Task brief >> Retype, word for word, every line from the one holding "f 107 106 9" through the one holding "f 160 24 21" in the entries below, both included, and only those lines.

━━ Given information ━━

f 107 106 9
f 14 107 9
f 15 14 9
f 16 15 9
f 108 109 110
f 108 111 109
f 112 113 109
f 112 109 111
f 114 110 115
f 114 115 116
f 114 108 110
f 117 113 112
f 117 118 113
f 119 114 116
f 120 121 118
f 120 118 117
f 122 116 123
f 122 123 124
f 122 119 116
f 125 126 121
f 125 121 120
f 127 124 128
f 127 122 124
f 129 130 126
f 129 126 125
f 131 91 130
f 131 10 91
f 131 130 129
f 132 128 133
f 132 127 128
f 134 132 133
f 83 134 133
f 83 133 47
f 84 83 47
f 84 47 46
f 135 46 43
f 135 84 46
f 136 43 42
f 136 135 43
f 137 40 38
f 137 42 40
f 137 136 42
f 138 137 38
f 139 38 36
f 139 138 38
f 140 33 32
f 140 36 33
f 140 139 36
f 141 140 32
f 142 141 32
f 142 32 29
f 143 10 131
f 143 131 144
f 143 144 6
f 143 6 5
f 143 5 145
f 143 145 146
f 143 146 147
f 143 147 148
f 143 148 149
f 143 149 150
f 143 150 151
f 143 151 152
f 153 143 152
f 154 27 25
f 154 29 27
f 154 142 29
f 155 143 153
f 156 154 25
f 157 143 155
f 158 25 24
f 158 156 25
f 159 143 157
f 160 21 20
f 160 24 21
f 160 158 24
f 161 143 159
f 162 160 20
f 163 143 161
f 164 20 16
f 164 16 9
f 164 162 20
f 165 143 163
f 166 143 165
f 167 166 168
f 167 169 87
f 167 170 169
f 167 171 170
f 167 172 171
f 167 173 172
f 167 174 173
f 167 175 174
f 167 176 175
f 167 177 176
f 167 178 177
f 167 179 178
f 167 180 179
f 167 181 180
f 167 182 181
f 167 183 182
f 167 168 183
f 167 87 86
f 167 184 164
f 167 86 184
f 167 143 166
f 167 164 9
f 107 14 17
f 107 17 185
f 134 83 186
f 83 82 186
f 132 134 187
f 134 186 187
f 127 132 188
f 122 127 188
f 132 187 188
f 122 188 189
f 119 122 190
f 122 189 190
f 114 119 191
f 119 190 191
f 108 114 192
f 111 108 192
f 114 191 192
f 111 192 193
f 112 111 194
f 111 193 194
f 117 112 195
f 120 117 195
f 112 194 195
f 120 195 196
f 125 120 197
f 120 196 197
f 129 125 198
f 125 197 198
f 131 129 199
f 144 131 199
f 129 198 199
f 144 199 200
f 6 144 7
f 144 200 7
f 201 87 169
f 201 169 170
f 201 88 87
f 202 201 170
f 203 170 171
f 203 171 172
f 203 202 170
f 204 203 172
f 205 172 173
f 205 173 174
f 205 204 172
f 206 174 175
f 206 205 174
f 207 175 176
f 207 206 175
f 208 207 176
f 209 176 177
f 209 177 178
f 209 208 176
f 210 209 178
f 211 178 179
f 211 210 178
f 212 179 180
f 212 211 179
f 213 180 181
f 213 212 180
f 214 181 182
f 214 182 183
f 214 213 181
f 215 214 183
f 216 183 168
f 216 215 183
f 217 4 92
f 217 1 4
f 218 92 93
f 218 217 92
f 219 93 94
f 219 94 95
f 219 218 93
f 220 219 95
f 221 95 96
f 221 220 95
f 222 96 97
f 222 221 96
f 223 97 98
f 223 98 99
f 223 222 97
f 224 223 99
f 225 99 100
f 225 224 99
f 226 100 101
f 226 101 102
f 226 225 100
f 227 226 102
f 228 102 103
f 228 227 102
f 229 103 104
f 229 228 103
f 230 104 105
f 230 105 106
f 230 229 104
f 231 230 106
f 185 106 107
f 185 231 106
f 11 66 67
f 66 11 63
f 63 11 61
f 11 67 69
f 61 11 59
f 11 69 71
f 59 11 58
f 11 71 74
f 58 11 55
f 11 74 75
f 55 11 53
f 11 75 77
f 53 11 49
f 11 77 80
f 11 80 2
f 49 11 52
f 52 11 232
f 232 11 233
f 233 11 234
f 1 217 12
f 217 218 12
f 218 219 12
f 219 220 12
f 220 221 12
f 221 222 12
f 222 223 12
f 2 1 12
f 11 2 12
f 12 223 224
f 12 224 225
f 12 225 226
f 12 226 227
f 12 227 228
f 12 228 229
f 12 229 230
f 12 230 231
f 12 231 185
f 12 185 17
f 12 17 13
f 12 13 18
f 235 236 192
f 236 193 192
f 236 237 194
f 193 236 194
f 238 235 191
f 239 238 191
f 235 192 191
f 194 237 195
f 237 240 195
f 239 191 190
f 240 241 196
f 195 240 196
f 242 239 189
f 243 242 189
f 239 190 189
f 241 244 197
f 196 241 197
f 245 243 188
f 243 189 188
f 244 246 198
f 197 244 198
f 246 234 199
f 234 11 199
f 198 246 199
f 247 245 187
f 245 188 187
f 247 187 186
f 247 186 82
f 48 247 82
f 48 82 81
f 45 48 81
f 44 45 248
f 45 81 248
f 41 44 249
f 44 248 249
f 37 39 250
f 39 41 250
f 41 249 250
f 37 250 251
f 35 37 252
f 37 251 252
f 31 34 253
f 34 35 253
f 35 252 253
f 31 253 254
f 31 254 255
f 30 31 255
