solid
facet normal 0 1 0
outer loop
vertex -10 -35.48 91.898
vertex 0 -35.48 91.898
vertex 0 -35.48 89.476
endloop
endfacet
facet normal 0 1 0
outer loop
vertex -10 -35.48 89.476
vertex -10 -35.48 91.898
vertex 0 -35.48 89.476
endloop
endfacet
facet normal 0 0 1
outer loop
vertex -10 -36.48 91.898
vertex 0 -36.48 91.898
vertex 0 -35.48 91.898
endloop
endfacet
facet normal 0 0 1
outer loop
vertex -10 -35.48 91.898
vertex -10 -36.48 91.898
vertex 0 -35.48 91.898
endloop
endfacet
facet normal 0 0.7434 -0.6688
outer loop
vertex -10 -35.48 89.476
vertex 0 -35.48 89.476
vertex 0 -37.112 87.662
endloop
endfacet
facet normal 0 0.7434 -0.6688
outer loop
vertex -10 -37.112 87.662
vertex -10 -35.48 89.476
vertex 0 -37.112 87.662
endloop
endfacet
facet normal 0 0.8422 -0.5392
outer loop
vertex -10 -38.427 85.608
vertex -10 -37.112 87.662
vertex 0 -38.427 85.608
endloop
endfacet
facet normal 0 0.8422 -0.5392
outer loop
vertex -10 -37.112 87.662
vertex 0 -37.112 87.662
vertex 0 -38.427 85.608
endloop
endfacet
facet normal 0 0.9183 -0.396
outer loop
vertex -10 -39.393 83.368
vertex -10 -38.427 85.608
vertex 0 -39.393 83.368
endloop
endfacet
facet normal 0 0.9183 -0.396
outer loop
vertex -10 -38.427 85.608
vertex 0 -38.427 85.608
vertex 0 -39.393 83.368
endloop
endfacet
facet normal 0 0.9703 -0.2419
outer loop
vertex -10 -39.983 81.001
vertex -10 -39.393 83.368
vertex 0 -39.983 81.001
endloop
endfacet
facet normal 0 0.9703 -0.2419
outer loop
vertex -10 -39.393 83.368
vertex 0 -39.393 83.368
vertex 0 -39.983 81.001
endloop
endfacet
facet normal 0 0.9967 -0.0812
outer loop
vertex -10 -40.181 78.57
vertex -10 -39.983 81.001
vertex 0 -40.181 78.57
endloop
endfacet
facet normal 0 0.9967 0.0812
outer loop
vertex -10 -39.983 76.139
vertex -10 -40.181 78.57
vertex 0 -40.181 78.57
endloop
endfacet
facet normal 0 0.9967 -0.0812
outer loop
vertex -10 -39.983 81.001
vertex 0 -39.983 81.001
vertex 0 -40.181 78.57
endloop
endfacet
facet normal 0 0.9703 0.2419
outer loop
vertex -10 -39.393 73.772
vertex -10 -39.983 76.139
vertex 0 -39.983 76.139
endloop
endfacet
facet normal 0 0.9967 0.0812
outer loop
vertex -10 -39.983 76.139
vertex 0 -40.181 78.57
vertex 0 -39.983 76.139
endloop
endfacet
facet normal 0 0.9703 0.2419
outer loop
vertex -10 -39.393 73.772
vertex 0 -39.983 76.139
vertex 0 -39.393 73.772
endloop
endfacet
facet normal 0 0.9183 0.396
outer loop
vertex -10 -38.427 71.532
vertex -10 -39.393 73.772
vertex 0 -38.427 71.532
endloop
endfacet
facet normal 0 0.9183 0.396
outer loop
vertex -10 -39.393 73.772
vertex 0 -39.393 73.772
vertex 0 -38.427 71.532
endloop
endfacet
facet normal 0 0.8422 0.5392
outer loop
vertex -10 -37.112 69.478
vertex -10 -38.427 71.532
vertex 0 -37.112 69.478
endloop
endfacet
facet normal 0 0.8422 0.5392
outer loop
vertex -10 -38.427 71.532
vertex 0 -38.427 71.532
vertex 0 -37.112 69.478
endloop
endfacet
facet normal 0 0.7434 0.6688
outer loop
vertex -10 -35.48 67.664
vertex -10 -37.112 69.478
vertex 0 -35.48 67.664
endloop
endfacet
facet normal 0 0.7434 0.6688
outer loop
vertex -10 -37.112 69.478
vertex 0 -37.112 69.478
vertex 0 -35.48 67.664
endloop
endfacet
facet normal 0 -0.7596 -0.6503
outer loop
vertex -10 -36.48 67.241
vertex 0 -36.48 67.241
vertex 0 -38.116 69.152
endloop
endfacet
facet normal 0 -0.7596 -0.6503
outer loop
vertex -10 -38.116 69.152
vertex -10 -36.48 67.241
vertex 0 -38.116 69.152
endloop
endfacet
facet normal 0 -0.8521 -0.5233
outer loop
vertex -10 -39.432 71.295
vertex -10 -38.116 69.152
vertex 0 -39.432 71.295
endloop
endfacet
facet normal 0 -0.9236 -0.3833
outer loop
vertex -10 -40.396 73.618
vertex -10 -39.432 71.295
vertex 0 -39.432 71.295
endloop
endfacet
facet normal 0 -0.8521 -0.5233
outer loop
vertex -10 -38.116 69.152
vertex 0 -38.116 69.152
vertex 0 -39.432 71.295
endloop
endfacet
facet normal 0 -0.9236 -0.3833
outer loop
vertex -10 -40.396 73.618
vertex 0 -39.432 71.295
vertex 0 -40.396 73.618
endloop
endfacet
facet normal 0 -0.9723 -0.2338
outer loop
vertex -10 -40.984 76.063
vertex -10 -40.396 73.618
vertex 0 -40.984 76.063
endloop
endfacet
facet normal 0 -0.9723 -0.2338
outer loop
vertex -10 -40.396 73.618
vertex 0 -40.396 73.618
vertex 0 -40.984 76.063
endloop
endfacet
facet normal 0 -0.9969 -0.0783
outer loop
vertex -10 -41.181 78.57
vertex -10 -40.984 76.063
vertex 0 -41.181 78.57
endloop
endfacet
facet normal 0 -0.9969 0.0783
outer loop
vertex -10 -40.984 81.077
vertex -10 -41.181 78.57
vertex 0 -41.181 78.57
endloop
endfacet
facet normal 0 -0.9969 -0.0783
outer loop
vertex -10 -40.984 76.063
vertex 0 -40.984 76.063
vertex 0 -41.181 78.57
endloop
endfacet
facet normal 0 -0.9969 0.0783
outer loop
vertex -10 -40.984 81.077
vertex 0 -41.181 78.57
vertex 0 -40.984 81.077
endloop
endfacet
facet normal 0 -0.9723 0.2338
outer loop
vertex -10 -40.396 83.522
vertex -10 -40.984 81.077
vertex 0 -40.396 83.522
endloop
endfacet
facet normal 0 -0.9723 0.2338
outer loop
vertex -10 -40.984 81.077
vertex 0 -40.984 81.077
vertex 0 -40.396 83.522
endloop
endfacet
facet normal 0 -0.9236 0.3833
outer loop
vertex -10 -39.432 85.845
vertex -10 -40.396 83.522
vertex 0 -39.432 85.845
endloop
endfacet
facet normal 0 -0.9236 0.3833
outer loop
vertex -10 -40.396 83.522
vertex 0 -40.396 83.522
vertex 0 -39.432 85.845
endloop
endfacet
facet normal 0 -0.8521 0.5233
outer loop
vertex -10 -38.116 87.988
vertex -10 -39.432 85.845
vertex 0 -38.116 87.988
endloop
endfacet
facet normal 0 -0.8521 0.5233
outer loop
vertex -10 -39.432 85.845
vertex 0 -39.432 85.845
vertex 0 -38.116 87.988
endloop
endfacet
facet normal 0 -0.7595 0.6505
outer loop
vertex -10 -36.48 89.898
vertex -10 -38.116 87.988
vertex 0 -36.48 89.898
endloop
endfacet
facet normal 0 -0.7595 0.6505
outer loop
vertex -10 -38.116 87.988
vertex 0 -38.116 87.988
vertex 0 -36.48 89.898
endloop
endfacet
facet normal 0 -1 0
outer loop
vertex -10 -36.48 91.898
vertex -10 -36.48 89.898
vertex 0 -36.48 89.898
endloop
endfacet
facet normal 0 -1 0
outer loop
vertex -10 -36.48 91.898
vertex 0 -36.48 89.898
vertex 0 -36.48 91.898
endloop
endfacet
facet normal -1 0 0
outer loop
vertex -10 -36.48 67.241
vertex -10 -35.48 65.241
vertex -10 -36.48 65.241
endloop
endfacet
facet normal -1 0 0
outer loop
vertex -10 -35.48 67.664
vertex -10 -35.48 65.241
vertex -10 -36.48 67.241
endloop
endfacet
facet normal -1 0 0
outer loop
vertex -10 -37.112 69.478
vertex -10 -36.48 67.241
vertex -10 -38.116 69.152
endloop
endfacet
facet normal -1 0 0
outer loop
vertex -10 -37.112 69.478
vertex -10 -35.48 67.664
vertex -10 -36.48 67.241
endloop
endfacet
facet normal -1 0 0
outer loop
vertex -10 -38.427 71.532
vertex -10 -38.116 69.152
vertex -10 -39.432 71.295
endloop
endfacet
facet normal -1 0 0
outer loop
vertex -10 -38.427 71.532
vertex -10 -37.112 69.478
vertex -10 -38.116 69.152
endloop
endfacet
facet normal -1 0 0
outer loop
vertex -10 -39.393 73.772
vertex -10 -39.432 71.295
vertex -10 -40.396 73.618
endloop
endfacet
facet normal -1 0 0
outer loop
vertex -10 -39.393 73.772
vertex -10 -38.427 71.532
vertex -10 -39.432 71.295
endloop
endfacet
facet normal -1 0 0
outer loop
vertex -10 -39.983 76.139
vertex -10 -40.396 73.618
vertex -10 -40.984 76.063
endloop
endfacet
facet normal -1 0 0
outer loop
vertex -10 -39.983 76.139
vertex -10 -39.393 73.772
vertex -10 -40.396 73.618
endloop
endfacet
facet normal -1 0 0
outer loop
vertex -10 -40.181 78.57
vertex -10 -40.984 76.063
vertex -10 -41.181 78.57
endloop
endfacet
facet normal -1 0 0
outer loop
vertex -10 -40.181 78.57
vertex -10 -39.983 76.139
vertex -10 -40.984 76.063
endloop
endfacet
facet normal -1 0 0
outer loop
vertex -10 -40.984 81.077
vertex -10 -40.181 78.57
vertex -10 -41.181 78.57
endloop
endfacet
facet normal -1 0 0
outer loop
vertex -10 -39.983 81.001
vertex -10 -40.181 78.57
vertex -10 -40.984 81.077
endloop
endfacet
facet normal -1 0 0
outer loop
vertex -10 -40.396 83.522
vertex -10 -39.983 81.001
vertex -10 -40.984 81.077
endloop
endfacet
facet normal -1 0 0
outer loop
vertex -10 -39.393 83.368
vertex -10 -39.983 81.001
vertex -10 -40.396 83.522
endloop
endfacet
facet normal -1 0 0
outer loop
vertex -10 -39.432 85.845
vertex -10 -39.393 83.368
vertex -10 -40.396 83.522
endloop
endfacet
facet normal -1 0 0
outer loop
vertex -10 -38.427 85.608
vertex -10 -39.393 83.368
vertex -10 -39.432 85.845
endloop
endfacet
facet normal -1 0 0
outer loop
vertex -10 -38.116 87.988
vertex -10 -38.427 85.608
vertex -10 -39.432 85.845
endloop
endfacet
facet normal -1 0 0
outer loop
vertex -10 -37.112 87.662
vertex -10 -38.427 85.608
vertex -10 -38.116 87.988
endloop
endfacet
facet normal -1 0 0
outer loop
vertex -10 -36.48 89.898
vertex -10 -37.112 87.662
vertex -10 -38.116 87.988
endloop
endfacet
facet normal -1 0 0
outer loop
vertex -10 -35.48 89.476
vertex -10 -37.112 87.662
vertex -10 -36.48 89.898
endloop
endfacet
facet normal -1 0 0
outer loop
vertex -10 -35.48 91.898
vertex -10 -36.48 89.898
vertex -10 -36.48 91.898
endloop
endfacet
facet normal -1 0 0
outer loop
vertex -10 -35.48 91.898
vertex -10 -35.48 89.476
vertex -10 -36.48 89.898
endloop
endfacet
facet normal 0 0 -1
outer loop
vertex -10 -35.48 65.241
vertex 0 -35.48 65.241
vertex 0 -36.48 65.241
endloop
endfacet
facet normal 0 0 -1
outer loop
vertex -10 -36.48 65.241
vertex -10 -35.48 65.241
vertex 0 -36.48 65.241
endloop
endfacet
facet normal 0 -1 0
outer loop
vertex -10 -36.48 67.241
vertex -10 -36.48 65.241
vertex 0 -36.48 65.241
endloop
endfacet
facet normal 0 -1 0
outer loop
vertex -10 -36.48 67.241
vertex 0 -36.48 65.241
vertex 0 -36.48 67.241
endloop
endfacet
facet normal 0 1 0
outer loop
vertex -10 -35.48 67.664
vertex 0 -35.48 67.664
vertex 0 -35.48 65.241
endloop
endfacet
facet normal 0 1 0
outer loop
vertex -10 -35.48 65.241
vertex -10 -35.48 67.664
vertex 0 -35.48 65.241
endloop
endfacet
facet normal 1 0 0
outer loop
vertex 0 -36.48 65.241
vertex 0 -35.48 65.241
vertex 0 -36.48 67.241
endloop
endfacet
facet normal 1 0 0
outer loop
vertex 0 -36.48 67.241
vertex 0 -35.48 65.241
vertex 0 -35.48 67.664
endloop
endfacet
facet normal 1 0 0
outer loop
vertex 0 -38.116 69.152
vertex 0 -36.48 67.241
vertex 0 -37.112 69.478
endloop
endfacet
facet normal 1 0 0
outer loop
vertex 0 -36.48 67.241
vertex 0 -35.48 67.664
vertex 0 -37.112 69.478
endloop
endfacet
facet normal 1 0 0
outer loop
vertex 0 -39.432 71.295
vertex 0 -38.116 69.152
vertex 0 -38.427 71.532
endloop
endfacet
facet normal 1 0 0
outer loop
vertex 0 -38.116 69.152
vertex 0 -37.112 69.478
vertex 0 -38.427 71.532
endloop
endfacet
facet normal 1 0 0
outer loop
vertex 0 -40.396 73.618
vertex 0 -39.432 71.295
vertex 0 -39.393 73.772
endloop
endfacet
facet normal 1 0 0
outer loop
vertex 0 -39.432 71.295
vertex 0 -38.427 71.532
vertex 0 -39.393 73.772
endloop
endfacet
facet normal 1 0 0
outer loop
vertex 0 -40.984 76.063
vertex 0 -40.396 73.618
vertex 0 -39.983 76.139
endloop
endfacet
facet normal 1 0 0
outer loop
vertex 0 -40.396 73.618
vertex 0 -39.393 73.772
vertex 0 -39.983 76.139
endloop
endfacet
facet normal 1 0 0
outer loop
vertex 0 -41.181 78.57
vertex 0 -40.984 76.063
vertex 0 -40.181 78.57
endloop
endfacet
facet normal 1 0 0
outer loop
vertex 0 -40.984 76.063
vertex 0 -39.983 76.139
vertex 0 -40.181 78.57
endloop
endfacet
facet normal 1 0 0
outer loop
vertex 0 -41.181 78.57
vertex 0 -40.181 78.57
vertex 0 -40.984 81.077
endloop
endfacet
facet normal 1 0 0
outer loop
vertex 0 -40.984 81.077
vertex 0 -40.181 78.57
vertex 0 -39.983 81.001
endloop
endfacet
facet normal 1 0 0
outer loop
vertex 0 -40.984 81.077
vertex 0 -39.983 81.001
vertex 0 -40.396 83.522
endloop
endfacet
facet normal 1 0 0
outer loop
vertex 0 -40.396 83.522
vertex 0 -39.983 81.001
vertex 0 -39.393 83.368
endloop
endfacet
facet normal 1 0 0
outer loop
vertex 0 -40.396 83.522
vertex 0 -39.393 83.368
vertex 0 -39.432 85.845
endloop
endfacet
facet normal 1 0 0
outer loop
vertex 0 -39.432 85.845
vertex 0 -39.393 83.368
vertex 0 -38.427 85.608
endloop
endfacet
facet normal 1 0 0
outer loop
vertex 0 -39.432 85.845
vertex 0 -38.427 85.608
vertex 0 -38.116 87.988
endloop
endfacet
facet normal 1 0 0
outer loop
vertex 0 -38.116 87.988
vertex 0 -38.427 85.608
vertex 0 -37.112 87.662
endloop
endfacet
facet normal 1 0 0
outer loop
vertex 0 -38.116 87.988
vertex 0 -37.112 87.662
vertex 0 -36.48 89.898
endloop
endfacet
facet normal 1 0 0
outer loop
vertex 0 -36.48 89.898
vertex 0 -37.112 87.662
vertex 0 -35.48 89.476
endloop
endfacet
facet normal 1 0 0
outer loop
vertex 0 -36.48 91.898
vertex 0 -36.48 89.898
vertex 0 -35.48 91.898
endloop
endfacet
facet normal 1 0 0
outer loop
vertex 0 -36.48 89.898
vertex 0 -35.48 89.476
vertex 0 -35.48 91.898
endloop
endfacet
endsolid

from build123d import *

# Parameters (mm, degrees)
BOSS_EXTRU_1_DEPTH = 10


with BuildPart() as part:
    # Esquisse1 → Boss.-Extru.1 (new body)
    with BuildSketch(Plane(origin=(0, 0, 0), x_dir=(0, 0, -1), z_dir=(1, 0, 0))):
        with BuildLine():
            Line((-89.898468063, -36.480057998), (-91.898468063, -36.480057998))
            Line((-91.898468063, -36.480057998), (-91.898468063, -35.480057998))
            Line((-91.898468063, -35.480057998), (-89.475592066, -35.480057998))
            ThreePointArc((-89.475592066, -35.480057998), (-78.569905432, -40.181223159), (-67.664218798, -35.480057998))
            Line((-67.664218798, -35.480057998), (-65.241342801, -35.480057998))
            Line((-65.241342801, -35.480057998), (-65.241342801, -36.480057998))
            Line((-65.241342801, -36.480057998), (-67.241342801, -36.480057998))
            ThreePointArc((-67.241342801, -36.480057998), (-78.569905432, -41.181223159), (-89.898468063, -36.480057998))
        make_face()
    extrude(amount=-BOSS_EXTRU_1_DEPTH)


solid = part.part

━━━
━━ Given information ━━

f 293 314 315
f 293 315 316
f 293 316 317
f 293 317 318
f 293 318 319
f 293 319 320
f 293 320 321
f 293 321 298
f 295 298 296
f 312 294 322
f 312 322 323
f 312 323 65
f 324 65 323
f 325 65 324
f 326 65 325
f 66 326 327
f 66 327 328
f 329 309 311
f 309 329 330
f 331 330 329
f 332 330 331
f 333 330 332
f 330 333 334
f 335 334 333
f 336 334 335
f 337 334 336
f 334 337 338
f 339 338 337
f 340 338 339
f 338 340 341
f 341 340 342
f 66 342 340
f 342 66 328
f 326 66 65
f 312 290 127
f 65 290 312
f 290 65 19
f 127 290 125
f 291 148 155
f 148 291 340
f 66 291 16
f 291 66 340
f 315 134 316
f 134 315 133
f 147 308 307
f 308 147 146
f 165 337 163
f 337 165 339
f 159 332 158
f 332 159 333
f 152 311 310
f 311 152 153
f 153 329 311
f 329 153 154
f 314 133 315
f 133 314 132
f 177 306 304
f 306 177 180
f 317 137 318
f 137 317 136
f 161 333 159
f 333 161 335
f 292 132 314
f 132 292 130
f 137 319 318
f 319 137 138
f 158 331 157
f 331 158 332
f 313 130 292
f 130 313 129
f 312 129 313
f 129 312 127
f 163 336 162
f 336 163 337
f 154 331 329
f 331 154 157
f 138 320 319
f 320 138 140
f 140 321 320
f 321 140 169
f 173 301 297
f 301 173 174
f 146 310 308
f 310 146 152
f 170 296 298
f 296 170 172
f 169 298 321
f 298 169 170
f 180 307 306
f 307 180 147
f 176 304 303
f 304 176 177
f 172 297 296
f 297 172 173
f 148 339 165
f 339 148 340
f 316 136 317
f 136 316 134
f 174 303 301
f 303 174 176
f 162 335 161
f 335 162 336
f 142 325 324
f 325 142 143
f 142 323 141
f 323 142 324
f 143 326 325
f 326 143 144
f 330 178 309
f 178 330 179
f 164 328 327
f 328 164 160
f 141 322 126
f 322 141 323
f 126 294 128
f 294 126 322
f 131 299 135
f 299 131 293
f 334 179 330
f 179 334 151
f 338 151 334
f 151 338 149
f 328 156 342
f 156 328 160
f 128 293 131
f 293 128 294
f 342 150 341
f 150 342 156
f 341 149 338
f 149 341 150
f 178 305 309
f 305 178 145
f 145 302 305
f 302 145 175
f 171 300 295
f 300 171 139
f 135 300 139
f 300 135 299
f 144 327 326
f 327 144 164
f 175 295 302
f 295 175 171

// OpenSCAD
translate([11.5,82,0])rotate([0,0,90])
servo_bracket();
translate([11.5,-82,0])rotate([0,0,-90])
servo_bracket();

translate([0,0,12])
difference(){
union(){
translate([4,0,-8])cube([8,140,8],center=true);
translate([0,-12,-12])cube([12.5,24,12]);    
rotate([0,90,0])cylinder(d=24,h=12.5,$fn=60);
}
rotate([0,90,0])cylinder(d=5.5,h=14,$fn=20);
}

━━━

Result for this exercise >>
f 107 106 9
f 14 107 9
f 15 14 9
f 16 15 9
f 108 109 110
f 108 111 109
f 112 113 109
f 112 109 111
f 114 110 115
f 114 115 116
f 114 108 110
f 117 113 112
f 117 118 113
f 119 114 116
f 120 121 118
f 120 118 117
f 122 116 123
f 122 123 124
f 122 119 116
f 125 126 121
f 125 121 120
f 127 124 128
f 127 122 124
f 129 130 126
f 129 126 125
f 131 91 130
f 131 10 91
f 131 130 129
f 132 128 133
f 132 127 128
f 134 132 133
f 83 134 133
f 83 133 47
f 84 83 47
f 84 47 46
f 135 46 43
f 135 84 46
f 136 43 42
f 136 135 43
f 137 40 38
f 137 42 40
f 137 136 42
f 138 137 38
f 139 38 36
f 139 138 38
f 140 33 32
f 140 36 33
f 140 139 36
f 141 140 32
f 142 141 32
f 142 32 29
f 143 10 131
f 143 131 144
f 143 144 6
f 143 6 5
f 143 5 145
f 143 145 146
f 143 146 147
f 143 147 148
f 143 148 149
f 143 149 150
f 143 150 151
f 143 151 152
f 153 143 152
f 154 27 25
f 154 29 27
f 154 142 29
f 155 143 153
f 156 154 25
f 157 143 155
f 158 25 24
f 158 156 25
f 159 143 157
f 160 21 20
f 160 24 21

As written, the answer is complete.